NoSQL has seen a sharp rise in both adoption and migration from the tried and tested relational database management systems. The open source world has accepted it with open arms, which wasn’t the case with large enterprise organisations that still prefer and require ACID-compliant databases. However, as there are so many NoSQL databases, it’s difficult to keep track of them all! Let’s explore the most popular and different ones available to us:
1 – Apache Cassandra
Apache Cassandra is an open source NoSQL database. Cassandra is a distributed database management system that is massively scalable. An advantage of using Cassandra is its ability to manage large amounts of structured, semi-structured, and unstructured data. What makes Cassandra more appealing as a database system is its ability to ‘Scale Horizontally’, and it’s one of the few database systems that can process data in real time and generate high performance and maintain high availability. The mixture of a column-oriented database with a key-value store means not all rows require a column, but the columns are grouped, which is what makes them look like tables. Cassandra is perfect for ‘mission critical’ big data projects, as Cassandra offers ‘no single point of failure’ if a data node goes down.
2 – MongoDB
MongoDBis an open source schemaless NoSQL database system; its unique appeal is that it’s a ‘Document database’ as opposed to a relational database. This basically means it’s a ‘data dumpster’ that’s free for all. The added benefit in using MongoDB is that it provides high performance, high availability, and easy scalability (auto-sharding) for large sets of unstructured data in JSON-like files. MongoDB is the ultimate opposite to the popular MySQL. MySQL data has to be read in rows and columns, which has its own set of benefits with smaller sets of data.
3 – Neo4j
Neo4j is an open source NoSQL ‘graph-based database’. Neo4j is the frontrunner of the graph-based model. As a graph database, it manages and queries highly connected data reliably and efficiently. It allows developers to store data more naturally from domains such as social networks and recommendation engines. The data collected from sites and applications are initially stored in nodes that are then represented as graphs.
4 – Hadoop
Hadoop is easy to look over as a NoSQL database due to its ecosystem of tools for big data.
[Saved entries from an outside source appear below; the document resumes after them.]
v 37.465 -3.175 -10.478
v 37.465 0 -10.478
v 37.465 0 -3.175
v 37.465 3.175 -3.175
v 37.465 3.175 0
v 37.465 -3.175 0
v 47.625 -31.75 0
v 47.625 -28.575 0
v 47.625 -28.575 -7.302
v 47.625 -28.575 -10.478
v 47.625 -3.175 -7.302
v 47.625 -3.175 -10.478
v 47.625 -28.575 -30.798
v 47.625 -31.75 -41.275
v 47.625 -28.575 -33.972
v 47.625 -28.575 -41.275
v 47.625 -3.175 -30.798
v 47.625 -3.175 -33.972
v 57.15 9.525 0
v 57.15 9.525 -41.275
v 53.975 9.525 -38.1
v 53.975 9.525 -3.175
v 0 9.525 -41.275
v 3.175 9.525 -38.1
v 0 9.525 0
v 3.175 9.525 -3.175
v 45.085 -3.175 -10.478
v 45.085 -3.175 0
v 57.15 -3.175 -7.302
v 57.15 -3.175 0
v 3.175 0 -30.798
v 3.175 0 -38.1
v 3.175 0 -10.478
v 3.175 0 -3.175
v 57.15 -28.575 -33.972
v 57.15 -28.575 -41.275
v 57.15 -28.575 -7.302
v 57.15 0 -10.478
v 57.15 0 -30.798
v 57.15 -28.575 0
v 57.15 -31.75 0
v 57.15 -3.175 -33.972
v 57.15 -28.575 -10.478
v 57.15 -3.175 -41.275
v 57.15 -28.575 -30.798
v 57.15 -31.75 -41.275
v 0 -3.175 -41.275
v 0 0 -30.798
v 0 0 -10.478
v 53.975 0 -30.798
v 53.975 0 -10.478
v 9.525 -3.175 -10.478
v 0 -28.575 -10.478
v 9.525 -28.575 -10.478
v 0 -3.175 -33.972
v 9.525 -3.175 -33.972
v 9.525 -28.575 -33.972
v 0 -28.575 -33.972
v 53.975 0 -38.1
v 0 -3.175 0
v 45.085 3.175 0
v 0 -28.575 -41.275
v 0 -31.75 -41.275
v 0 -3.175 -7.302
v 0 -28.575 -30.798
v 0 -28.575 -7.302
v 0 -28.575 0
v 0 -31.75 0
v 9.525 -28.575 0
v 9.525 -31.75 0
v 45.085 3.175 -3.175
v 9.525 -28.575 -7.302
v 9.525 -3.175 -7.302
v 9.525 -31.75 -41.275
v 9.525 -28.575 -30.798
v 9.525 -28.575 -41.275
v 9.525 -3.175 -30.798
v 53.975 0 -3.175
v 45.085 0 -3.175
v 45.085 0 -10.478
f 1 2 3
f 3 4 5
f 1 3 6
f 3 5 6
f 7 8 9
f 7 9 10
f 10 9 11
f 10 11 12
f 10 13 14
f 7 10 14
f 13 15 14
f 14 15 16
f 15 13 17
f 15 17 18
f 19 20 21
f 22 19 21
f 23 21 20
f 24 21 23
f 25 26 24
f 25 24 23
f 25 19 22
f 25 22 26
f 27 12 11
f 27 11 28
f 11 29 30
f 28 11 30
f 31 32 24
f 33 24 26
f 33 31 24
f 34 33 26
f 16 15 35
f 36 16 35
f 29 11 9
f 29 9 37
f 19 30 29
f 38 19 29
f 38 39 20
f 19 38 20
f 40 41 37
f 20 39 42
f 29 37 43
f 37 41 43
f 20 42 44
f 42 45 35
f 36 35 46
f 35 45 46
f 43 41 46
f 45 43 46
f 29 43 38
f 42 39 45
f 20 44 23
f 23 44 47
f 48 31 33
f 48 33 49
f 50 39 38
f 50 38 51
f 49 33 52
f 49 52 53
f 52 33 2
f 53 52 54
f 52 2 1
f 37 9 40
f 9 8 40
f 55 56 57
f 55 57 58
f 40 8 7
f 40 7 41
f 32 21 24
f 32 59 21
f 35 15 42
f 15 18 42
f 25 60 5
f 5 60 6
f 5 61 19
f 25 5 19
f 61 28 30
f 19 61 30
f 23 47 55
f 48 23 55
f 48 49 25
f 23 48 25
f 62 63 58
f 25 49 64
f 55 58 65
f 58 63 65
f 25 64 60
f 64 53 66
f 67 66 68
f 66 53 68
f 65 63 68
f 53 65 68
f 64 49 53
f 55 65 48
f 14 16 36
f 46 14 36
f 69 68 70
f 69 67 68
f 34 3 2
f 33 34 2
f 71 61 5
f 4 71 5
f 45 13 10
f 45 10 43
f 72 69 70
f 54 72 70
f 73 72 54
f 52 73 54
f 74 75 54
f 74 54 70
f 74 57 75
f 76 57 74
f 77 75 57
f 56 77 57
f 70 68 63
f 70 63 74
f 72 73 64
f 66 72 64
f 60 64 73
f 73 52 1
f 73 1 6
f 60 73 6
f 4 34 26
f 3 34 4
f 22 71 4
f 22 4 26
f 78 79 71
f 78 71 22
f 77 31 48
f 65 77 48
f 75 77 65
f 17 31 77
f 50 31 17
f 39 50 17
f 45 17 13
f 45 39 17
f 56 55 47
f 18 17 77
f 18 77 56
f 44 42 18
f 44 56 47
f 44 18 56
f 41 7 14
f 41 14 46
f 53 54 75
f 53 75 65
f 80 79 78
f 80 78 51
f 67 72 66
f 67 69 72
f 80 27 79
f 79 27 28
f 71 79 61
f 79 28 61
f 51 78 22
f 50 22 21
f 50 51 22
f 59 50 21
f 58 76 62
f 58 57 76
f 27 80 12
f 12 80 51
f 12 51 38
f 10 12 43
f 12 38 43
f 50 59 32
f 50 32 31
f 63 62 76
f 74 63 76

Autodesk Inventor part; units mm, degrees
ref_plane "YZ Plane" through (0, 0, 0) normal (1, 0, 0) x (0, 1, 0)
ref_plane "XZ Plane" through (0, 0, 0) normal (0, 1, 0) x (-1, 0, 0)
ref_plane "XY Plane" through (0, 0, 0) normal (0, 0, 1) x (1, 0, 0)
sketch "Sketch1" plane through (0, 0, 0) normal (0, 1, 0) x (-1, 0, 0)
  line L0 (0, 0) -> (-57.15, 0)
  line L1 (-57.15, 0) -> (-57.15, -41.275)
  line L2 (-57.15, -41.275) -> (0, -41.275)
  line L3 (0, -41.275) -> (0, 0)
  line L4 (-3.175, -3.175) -> (-53.975, -3.175)
  line L5 (-53.975, -3.175) -> (-53.975, -38.1)
  line L6 (-53.975, -38.1) -> (-3.175, -38.1)
  line L7 (-3.175, -38.1) -> (-3.175, -3.175)
  line L8 (0, -20.6375) -> (-57.15, -20.6375) construction
  line L9 (-28.575, 0) -> (-28.575, -41.275) construction
  point P0 (-3.175, -20.6375)
  dimension "d0" = 57.15
  dimension "d1" = 41.275
  dimension "d2" = 3.175
  dimension "d3" = 3.175
extrude "Extrusion4" add sketch "Sketch1" along normal blind 9.525
sketch "Sketch4" plane through (57.15, 0, 0) normal (1, 0, 0) x (0, 0, -1)
  line L0 (0, 0) -> (0, 9.525) projected
  line L1 (0, 0) -> (10.4775, 0)
  line L2 (10.4775, 0) -> (10.4775, -3.175)
  line L3 (10.4775, -3.175) -> (0, -3.175)
  line L4 (0, -3.175) -> (0, 0)
  line L5 (41.275, 0) -> (41.275, 9.525) projected
  line L6 (41.275, 0) -> (30.7975, 0)
  line L7 (30.7975, 0) -> (30.7975, -3.175)
  line L8 (30.7975, -3.175) -> (41.275, -3.175)
  line L9 (41.275, -3.175) -> (41.275, 0)
  line L10 (3.175, 9.525) -> (38.1, 9.525) construction
  line L11 (20.6375, 9.525) -> (20.6375, 0) construction
  line L12 (3.175, 0) -> (38.1, 0) construction
  dimension "d25" = 20.32
  dimension "d26" = 3.175
extrude "Extrusion5" add sketch "Sketch4" against normal up to surface (57.15 mm away)
sketch "Sketch5" plane through (0, 9.525, 0) normal (0, 0, 1) x (1, 0, 0)
  line L0 (57.15, -12.7) -> (0, -12.7) projected
  line L1 (37.465, -12.7) -> (45.085, -12.7)
  line L2 (45.085, -12.7) -> (45.085, -6.35)
  line L3 (45.085, -6.35) -> (37.465, -6.35)
  line L4 (37.465, -6.35) -> (37.465, -12.7)
  line L5 (53.975, -9.525) -> (53.975, 0) projected
  line L6 (0, -12.7) -> (0, 0) projected
  line L7 (3.175, -9.525) -> (3.175, 0) projected
  point P0 (0, -9.525)
  dimension "d29" = 16.51
  dimension "d31" = 41.91
  dimension "d32" = 6.35
extrude "Extrusion6" cut sketch "Sketch5" against normal up to surface (10.4775 mm away)
sketch "Sketch6" plane through (57.15, -3.175, -41.275) normal (0, -1, 0) x (1, 0, 0)
  point P0 (-57.15, 41.275)
sketch "Sketch7" plane through (57.15, -3.175, -41.275) normal (0, -1, 0) x (1, 0, 0)
  line L0 (-3.175, 10.4775) -> (0, 10.4775) projected
  line L1 (0, 10.4775) -> (-9.525, 10.4775)
  line L2 (-9.525, 10.4775) -> (-9.525, 7.3025)
  line L3 (-9.525, 7.3025) -> (0, 7.3025)
  line L4 (0, 7.3025) -> (0, 10.4775)
  line L5 (0, 41.275) -> (0, 0) construction
  line L6 (0, 20.6375) -> (-57.15, 20.6375) construction
  line L7 (-57.15, 0) -> (-57.15, 41.275) construction
  line L8 (0, 30.7975) -> (-9.525, 30.7975)
  line L9 (-9.525, 30.7975) -> (-9.525, 33.9725)
  line L10 (-9.525, 33.9725) -> (0, 33.9725)
  line L11 (0, 33.9725) -> (0, 30.7975)
  line L12 (0, 0) -> (-57.15, 0) construction
  line L13 (-28.575, 0) -> (-28.575, 41.275) construction
  line L14 (-19.685, 41.275) -> (-57.15, 41.275) construction
  line L15 (-57.15, 10.4775) -> (-47.625, 10.4775)
  line L16 (-47.625, 10.4775) -> (-47.625, 7.3025)
  line L17 (-47.625, 7.3025) -> (-57.15, 7.3025)
  line L18 (-57.15, 7.3025) -> (-57.15, 10.4775)
  line L19 (-57.15, 41.275) -> (-57.15, 0) construction
  line L20 (-57.15, 30.7975) -> (-47.625, 30.7975)
  line L21 (-47.625, 30.7975) -> (-47.625, 33.9725)
  line L22 (-47.625, 33.9725) -> (-57.15, 33.9725)
  line L23 (-57.15, 33.9725) -> (-57.15, 30.7975)
  dimension "d35" = 3.175
  dimension "d36" = 9.525
extrude "Extrusion7" add sketch "Sketch7" along normal blind 28.575
sketch "Sketch8" plane through (0, -3.175, -7.3025) normal (0, 0, 1) x (1, 0, 0)
  point P0 (0, 3.175)
sketch "Sketch9" plane through (0, 9.525, 0) normal (0, 0, 1) x (1, 0, 0)
  line L0 (0, -12.7) -> (0, -41.275) projected
  line L1 (9.525, -12.7) -> (9.525, -41.275) projected
  line L2 (0, -41.275) -> (9.525, -41.275)
  line L3 (9.525, -41.275) -> (9.525, -38.1)
  line L4 (9.525, -38.1) -> (0, -38.1)
  line L5 (0, -38.1) -> (0, -41.275)
  line L6 (57.15, -41.275) -> (57.15, -9.525) projected
  line L7 (47.625, -12.7) -> (47.625, -41.275) projected
  line L8 (57.15, -41.275) -> (47.625, -41.275)
  line L9 (47.625, -41.275) -> (47.625, -38.1)
  line L10 (47.625, -38.1) -> (57.15, -38.1)
  line L11 (57.15, -38.1) -> (57.15, -41.275)
  point P0 (0, -9.525)
  point P1 (0, -38.1)
  dimension "d39" = 3.175
extrude "Extrusion8" add sketch "Sketch9" against normal up to surface (41.275 mm away)
properties part number "gcs microhard"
It is a framework for distributed data storage and processing, designed to help with huge amounts of data while limiting financial and processing-time overheads. Hadoop includes a database known as HBase, which runs on top of HDFS and is a distributed, column-oriented data store. HBase is also better known as a distributed storage system for Hadoop nodes, which are then used to run analytics with the use of MapReduce V2, also known as Yarn.
5 – OrientDB
OrientDB has been included as a wildcard! It’s a very interesting database and one that has everything going for it, but has always been in the shadows of Neo4j. Orient is an open source NoSQL hybrid graph-document database that was developed to combine the flexibility of a document database with the complexity of a graph database (Mongo and Neo4j all in one!). With the growth of complex and unstructured data (such as social media), relational databases were not able to handle the demands of storing and querying this type of data. Document databases were developed as one solution and visualizing them through nodes was another solution. Orient has combined both into one, which sounds awesome in theory but might be very different in practice! Whether the Hybrid approach works and is adopted remains to be seen.